(Items from a data source)
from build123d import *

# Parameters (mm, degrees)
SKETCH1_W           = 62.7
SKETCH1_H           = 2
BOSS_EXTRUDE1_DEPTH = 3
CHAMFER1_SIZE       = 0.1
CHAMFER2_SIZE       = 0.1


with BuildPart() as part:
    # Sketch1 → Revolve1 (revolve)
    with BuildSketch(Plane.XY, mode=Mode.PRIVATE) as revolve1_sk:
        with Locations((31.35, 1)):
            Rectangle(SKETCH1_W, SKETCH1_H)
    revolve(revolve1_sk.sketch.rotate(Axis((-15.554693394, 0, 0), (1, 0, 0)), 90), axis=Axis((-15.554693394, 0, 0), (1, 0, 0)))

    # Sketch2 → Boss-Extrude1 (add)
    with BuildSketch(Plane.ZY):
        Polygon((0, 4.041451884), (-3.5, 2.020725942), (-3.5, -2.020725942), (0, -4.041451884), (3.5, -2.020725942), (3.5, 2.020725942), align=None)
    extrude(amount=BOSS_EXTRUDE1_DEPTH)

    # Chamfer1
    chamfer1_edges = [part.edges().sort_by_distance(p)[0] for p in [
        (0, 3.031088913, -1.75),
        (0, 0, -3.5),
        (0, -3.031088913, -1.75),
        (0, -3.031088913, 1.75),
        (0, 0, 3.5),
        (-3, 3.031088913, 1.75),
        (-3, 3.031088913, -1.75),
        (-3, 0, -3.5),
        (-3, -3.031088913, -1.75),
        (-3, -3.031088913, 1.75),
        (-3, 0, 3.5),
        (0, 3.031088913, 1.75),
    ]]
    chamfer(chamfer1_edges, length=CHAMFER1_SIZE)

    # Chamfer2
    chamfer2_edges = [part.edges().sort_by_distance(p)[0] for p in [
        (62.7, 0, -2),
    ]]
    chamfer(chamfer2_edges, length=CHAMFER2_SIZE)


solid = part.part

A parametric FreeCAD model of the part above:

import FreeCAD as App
import Part
import Sketcher
Q = App.Units.Quantity


def edges_at(feature, points):
    """Names of the edges that pass closest to the given points."""
    edges = feature.Shape.Edges
    near = lambda p: min(range(len(edges)), key=lambda i: edges[i].distToShape(Part.Vertex(*p))[0])
    return sorted({f"Edge{near(p) + 1}" for p in points})


def add_polygon(sketch, points):
    """Adds a closed chain of lines whose ends are joined by coincident constraints."""
    first, n = sketch.GeometryCount, len(points)
    for a, b in zip(points, points[1:] + points[:1]):
        sketch.addGeometry(Part.LineSegment(App.Vector(*a, 0), App.Vector(*b, 0)), False)
    for i in range(n):
        sketch.addConstraint(Sketcher.Constraint("Coincident", first + i, 2, first + (i + 1) % n, 1))

doc = App.newDocument("Part")
params = doc.addObject("Spreadsheet::Sheet", "Params")
for row, (alias, value) in enumerate([
    ("sketch1_height", "2 mm"),
    ("sketch1_width", "62.7 mm"),
    ("revolution_angle", "360 deg"),
    ("pad1_length", "3 mm"),
    ("chamfer_size", "0.1 mm"),
    ("chamfer2_size", "0.1 mm"),
], start=1):
    params.set(f"A{row}", alias)
    params.set(f"B{row}", "=" + value)
    params.setAlias(f"B{row}", alias)

body = doc.addObject("PartDesign::Body", "Body")

# Sketch on XY plane
sketch1 = body.newObject("Sketcher::SketchObject", "Sketch")
sketch1.AttachmentSupport = (doc.getObject("XY_Plane"), [""])
sketch1.MapMode = "FlatFace"
add_polygon(sketch1, [(0, 2), (0, 0), (62.7, 0), (62.7, 2)])  # lines 0-3
sketch1.addConstraint(Sketcher.Constraint("Vertical", 0))
sketch1.addConstraint(Sketcher.Constraint("Horizontal", 1))
sketch1.addConstraint(Sketcher.Constraint("Vertical", 2))
sketch1.addConstraint(Sketcher.Constraint("Horizontal", 3))
sketch1.addConstraint(Sketcher.Constraint("Coincident", 0, 2, -1, 1))
sketch1.addConstraint(Sketcher.Constraint("DistanceY", 0, 2, 0, 1, 2.0))
sketch1.addConstraint(Sketcher.Constraint("DistanceX", 1, 1, 1, 2, 62.7))
sketch1.setExpression("Constraints[9]", "Params.sketch1_height")
sketch1.setExpression("Constraints[10]", "Params.sketch1_width")
revolution = body.newObject("PartDesign::Revolution", "Revolution")
revolution.Profile = sketch1
revolution.ReferenceAxis = (sketch1, ["H_Axis"])
revolution.setExpression("Angle", "Params.revolution_angle")

# Sketch on YZ plane
sketch2 = body.newObject("Sketcher::SketchObject", "Sketch001")
sketch2.AttachmentSupport = (doc.getObject("YZ_Plane"), [""])
sketch2.MapMode = "FlatFace"
add_polygon(sketch2, [(4, 0), (2, -3.5), (-2, -3.5), (-4, 0), (-2, 3.5), (2, 3.5)])  # lines 0-5
sketch2.addConstraint(Sketcher.Constraint("Horizontal", 1))
sketch2.addConstraint(Sketcher.Constraint("Horizontal", 4))
sketch2.addConstraint(Sketcher.Constraint("Symmetric", 0, 2, 3, 2, -1, 1))
sketch2.addConstraint(Sketcher.Constraint("Symmetric", 2, 2, 5, 2, -1, 1))
sketch2.addConstraint(Sketcher.Constraint("PointOnObject", 2, 2, -1))
sketch2.addConstraint(Sketcher.Constraint("Parallel", 2, 5))
sketch2.addConstraint(Sketcher.Constraint("Vertical", 1, 2, 3, 2))
sketch2.addConstraint(Sketcher.Constraint("Angle", 0, Q("-120 deg")))
sketch2.addConstraint(Sketcher.Constraint("DistanceY", 1, 2, 3, 2, 7.0))
sketch2.addConstraint(Sketcher.Constraint("DistanceX", 1, 2, 1, 1, 4.041452))
pad1 = body.newObject("PartDesign::Pad", "Pad")
pad1.Profile = sketch2
pad1.setExpression("Length", "Params.pad1_length")
pad1.Reversed = True
doc.recompute()

chamfer = body.newObject("PartDesign::Chamfer", "Chamfer")
chamfer.Base = (pad1, edges_at(pad1, [
    (0, 3.031, -1.75),
    (0, 0, -3.5),
    (0, -3.031, -1.75),
    (0, -3.031, 1.75),
    (0, 0, 3.5),
    (-3, 3.031, 1.75),
    (-3, 3.031, -1.75),
    (-3, 0, -3.5),
    (-3, -3.031, -1.75),
    (-3, -3.031, 1.75),
    (-3, 0, 3.5),
    (0, 3.031, 1.75),
]))
chamfer.setExpression("Size", "Params.chamfer_size")
doc.recompute()

chamfer2 = body.newObject("PartDesign::Chamfer", "Chamfer001")
chamfer2.Base = (chamfer, edges_at(chamfer, [(62.7, 0, -2)]))
chamfer2.setExpression("Size", "Params.chamfer2_size")

doc.recompute()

What to produce:
Transcribe, exactly and without additions, the lines of the records above, beginning with the line that contains "solid = part.part" and ending with the line that contains "A parametric FreeCAD", both included.

Answer below:
solid = part.part

A parametric FreeCAD model of the part above:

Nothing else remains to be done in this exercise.